The output in the console will be: [1] 101 105 99 87 102 98

Try also running: boxplot(x) You should see a box plot in the Plots pane in the lower right of RStudio.

1.4.4 Using R Notebooks

R Notebooks are interactive RMarkdown documents (RMarkdown is a simple markup language). These can display text, code and graphics, all in the same document.

Open a new notebook file:

You can save the notebook with the file ending .Rmd.

Notebooks contain both Markdown text and code chunks. These code chunks can be evaluated.

When you press the green arrow the output will appear right beneath the code chunk.

The whole document can be compiled by clicking on Preview. The first time you do this, RStudio will ask you to install some missing packages (you should do this). After compilation, you will see an HTML document in the Viewer pane. You can also create Word documents or PDFs:

1.4.5 Tab completion

RStudio has a very useful feature: tab completion. If you enter R commands in the console or in the text editor, you will automatically be provided you with a list of possible completions. We can also get suggestions, including possible arguments of functions, by pressing the tab key.

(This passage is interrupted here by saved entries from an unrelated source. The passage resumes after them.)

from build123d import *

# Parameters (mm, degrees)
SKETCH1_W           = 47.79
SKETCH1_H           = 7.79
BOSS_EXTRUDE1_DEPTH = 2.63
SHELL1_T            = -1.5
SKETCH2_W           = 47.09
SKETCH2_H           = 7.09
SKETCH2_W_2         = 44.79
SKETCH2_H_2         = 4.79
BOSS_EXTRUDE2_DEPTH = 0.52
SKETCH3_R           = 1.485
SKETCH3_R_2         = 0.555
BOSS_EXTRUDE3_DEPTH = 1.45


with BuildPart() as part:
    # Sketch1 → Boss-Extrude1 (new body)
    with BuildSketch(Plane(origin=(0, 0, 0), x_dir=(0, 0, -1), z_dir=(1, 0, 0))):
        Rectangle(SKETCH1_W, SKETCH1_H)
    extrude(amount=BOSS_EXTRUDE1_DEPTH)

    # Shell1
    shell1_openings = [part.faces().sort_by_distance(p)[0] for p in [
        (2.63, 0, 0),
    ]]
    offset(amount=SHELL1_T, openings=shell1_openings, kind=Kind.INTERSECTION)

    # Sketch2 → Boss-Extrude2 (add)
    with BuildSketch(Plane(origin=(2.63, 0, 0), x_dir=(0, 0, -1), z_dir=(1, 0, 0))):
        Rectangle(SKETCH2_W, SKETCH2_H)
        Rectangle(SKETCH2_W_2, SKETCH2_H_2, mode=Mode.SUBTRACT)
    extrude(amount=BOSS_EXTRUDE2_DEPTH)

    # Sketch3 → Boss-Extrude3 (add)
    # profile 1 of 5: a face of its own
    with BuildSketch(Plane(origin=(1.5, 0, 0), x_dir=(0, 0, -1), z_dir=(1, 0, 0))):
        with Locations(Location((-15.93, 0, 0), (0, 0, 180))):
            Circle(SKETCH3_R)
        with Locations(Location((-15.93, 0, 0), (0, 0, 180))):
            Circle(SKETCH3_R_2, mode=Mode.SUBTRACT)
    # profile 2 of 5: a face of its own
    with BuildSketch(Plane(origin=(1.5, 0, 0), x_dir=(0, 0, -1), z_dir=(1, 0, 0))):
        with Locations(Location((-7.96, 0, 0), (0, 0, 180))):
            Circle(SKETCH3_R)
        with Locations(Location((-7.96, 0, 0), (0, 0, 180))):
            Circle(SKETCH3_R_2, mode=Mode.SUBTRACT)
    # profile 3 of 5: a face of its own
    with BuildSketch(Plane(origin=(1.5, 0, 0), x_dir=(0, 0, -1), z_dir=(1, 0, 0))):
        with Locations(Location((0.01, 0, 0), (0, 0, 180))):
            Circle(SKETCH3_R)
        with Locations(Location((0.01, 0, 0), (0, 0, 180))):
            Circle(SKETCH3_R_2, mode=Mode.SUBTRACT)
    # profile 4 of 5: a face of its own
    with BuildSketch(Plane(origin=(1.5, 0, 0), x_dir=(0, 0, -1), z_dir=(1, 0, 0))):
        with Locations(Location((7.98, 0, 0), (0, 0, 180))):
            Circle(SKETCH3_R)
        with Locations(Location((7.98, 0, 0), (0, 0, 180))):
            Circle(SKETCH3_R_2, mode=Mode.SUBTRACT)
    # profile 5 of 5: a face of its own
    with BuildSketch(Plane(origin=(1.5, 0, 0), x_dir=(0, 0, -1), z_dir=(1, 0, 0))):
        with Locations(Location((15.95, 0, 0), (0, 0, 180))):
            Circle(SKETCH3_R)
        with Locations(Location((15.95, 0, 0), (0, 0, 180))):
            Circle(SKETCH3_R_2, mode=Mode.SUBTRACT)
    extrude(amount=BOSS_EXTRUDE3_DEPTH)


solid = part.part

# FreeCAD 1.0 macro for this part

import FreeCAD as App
import Part
import Sketcher

V = App.Vector


def faces_at(feature, points):
    """Names of the faces that lie closest to the given points."""
    faces = feature.Shape.Faces
    near = lambda p: min(range(len(faces)), key=lambda i: faces[i].distToShape(Part.Vertex(*p))[0])
    return sorted({f"Face{near(p) + 1}" for p in points})


def add_polygon(sketch, points):
    """Adds a closed chain of lines whose ends are joined by coincident constraints."""
    first, n = sketch.GeometryCount, len(points)
    for a, b in zip(points, points[1:] + points[:1]):
        sketch.addGeometry(Part.LineSegment(App.Vector(*a, 0), App.Vector(*b, 0)), False)
    for i in range(n):
        sketch.addConstraint(Sketcher.Constraint("Coincident", first + i, 2, first + (i + 1) % n, 1))

doc = App.newDocument("Part")
body = doc.addObject("PartDesign::Body", "Body")

# Sketch on YZ plane
sketch1 = doc.addObject("Sketcher::SketchObject", "Sketch")
body.addObject(sketch1)
sketch1.AttachmentSupport = (doc.YZ_Plane, [""])
sketch1.MapMode = "FlatFace"
add_polygon(sketch1, [(4, 24), (-4, 24), (-4, -24), (4, -24)])  # lines 0-3
sketch1.addConstraint(Sketcher.Constraint("Horizontal", 0))
sketch1.addConstraint(Sketcher.Constraint("Vertical", 1))
sketch1.addConstraint(Sketcher.Constraint("Horizontal", 2))
sketch1.addConstraint(Sketcher.Constraint("Vertical", 3))
sketch1.addConstraint(Sketcher.Constraint("Symmetric", 0, 2, 2, 2, -1, 1))
sketch1.addConstraint(Sketcher.Constraint("DistanceX", 0, 2, 0, 1, 7.79))
sketch1.addConstraint(Sketcher.Constraint("DistanceY", 1, 2, 1, 1, 47.79))
pad1 = doc.addObject("PartDesign::Pad", "Pad")
body.addObject(pad1)
pad1.Profile = sketch1
pad1.Length = 2.63
doc.recompute()

thickness = doc.addObject("PartDesign::Thickness", "Thickness")
body.addObject(thickness)
thickness.Base = (pad1, faces_at(pad1, [(2.63, 0, 0)]))
thickness.Value = 1.5
thickness.Reversed = True
thickness.Join = "Intersection"

# Sketch on YZ plane
sketch2 = doc.addObject("Sketcher::SketchObject", "Sketch001")
body.addObject(sketch2)
sketch2.AttachmentSupport = (doc.YZ_Plane, [""])
sketch2.MapMode = "FlatFace"
sketch2.AttachmentOffset = App.Placement(V(0, 0, 2.63), App.Rotation())
add_polygon(sketch2, [(3.5, 23.5), (-3.5, 23.5), (-3.5, -23.5), (3.5, -23.5)])  # lines 0-3
add_polygon(sketch2, [(-2.4, -22.4), (-2.4, 22.4), (2.4, 22.4), (2.4, -22.4)])  # lines 4-7
sketch2.addConstraint(Sketcher.Constraint("Horizontal", 0))
sketch2.addConstraint(Sketcher.Constraint("Vertical", 1))
sketch2.addConstraint(Sketcher.Constraint("Horizontal", 2))
sketch2.addConstraint(Sketcher.Constraint("Vertical", 3))
sketch2.addConstraint(Sketcher.Constraint("Vertical", 4))
sketch2.addConstraint(Sketcher.Constraint("Horizontal", 5))
sketch2.addConstraint(Sketcher.Constraint("Vertical", 6))
sketch2.addConstraint(Sketcher.Constraint("Horizontal", 7))
sketch2.addConstraint(Sketcher.Constraint("Symmetric", 0, 2, 2, 2, -1, 1))
sketch2.addConstraint(Sketcher.Constraint("Symmetric", 4, 2, 6, 2, -1, 1))
sketch2.addConstraint(Sketcher.Constraint("DistanceX", 0, 2, 0, 1, 7.09))
sketch2.addConstraint(Sketcher.Constraint("DistanceX", 5, 1, 5, 2, 4.79))
sketch2.addConstraint(Sketcher.Constraint("DistanceY", 1, 2, 1, 1, 47.09))
sketch2.addConstraint(Sketcher.Constraint("DistanceY", 4, 1, 4, 2, 44.79))
pad2 = doc.addObject("PartDesign::Pad", "Pad001")
body.addObject(pad2)
pad2.Profile = sketch2
pad2.Length = 0.52

# Sketch on YZ plane
sketch3 = doc.addObject("Sketcher::SketchObject", "Sketch002")
body.addObject(sketch3)
sketch3.AttachmentSupport = (doc.YZ_Plane, [""])
sketch3.MapMode = "FlatFace"
sketch3.AttachmentOffset = App.Placement(V(0, 0, 1.5), App.Rotation())
sketch3.addGeometry(Part.Circle(V(0, 15.9, 0), V(0, 0, 1), 1.5), False)
sketch3.addGeometry(Part.Circle(V(0, 15.9, 0), V(0, 0, 1), 0.6), False)
sketch3.addGeometry(Part.Circle(V(0, 8, 0), V(0, 0, 1), 1.5), False)
sketch3.addGeometry(Part.Circle(V(0, 8, 0), V(0, 0, 1), 0.6), False)
sketch3.addGeometry(Part.Circle(V(0, 0, 0), V(0, 0, 1), 1.5), False)
sketch3.addGeometry(Part.Circle(V(0, 0, 0), V(0, 0, 1), 0.6), False)
sketch3.addGeometry(Part.Circle(V(0, -8, 0), V(0, 0, 1), 1.5), False)
sketch3.addGeometry(Part.Circle(V(0, -8, 0), V(0, 0, 1), 0.6), False)
sketch3.addGeometry(Part.Circle(V(0, -15.9, 0), V(0, 0, 1), 1.5), False)
sketch3.addGeometry(Part.Circle(V(0, -15.9, 0), V(0, 0, 1), 0.6), False)
sketch3.addConstraint(Sketcher.Constraint("Coincident", 1, 3, 0, 3))
sketch3.addConstraint(Sketcher.Constraint("Coincident", 3, 3, 2, 3))
sketch3.addConstraint(Sketcher.Constraint("Coincident", 5, 3, 4, 3))
sketch3.addConstraint(Sketcher.Constraint("Coincident", 7, 3, 6, 3))
sketch3.addConstraint(Sketcher.Constraint("Coincident", 9, 3, 8, 3))
sketch3.addConstraint(Sketcher.Constraint("Equal", 0, 2))
sketch3.addConstraint(Sketcher.Constraint("Equal", 1, 3))
sketch3.addConstraint(Sketcher.Constraint("Equal", 2, 4))
sketch3.addConstraint(Sketcher.Constraint("Equal", 3, 5))
sketch3.addConstraint(Sketcher.Constraint("Equal", 4, 6))
sketch3.addConstraint(Sketcher.Constraint("Equal", 5, 7))
sketch3.addConstraint(Sketcher.Constraint("Equal", 6, 8))
sketch3.addConstraint(Sketcher.Constraint("Equal", 7, 9))
sketch3.addConstraint(Sketcher.Constraint("PointOnObject", 0, 3, -2))
sketch3.addConstraint(Sketcher.Constraint("PointOnObject", 2, 3, -2))
sketch3.addConstraint(Sketcher.Constraint("PointOnObject", 4, 3, -2))
sketch3.addConstraint(Sketcher.Constraint("PointOnObject", 6, 3, -2))
sketch3.addConstraint(Sketcher.Constraint("PointOnObject", 8, 3, -2))
sketch3.addConstraint(Sketcher.Constraint("Diameter", 0, 2.97))
sketch3.addConstraint(Sketcher.Constraint("Diameter", 1, 1.11))
sketch3.addConstraint(Sketcher.Constraint("DistanceY", -1, 1, 0, 3, 15.93))
sketch3.addConstraint(Sketcher.Constraint("DistanceY", -1, 1, 2, 3, 7.96))
sketch3.addConstraint(Sketcher.Constraint("DistanceY", 4, 3, -1, 1, 0.01))
sketch3.addConstraint(Sketcher.Constraint("DistanceY", 6, 3, -1, 1, 7.98))
sketch3.addConstraint(Sketcher.Constraint("DistanceY", 8, 3, -1, 1, 15.95))
pad3 = doc.addObject("PartDesign::Pad", "Pad002")
body.addObject(pad3)
pad3.Profile = sketch3
pad3.Length = 1.45

doc.recompute()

We can also use this feature to look for functions inside packages. For example, we can write a package name, followed by :: and the press tab. RStudio will give us a list of functions from that package. To get a list of all functions starting with the letter f from the dplyr package:

dplyr::f

1.4.6 Key combinations

We will need the following symbols:

[ ]  Square braces
{ }  Curly braces
$    Dollar key
#    Hash (pound) key
~    Tilde (for formula notation)
|    Vertical bar
`    Backtick

Unfortunately, these can be somewhat difficult to find on German/Swiss keyboards. Take a few minutes to familiarize yourself with your keyboard. You will need to use the ALT key for some of the symbols.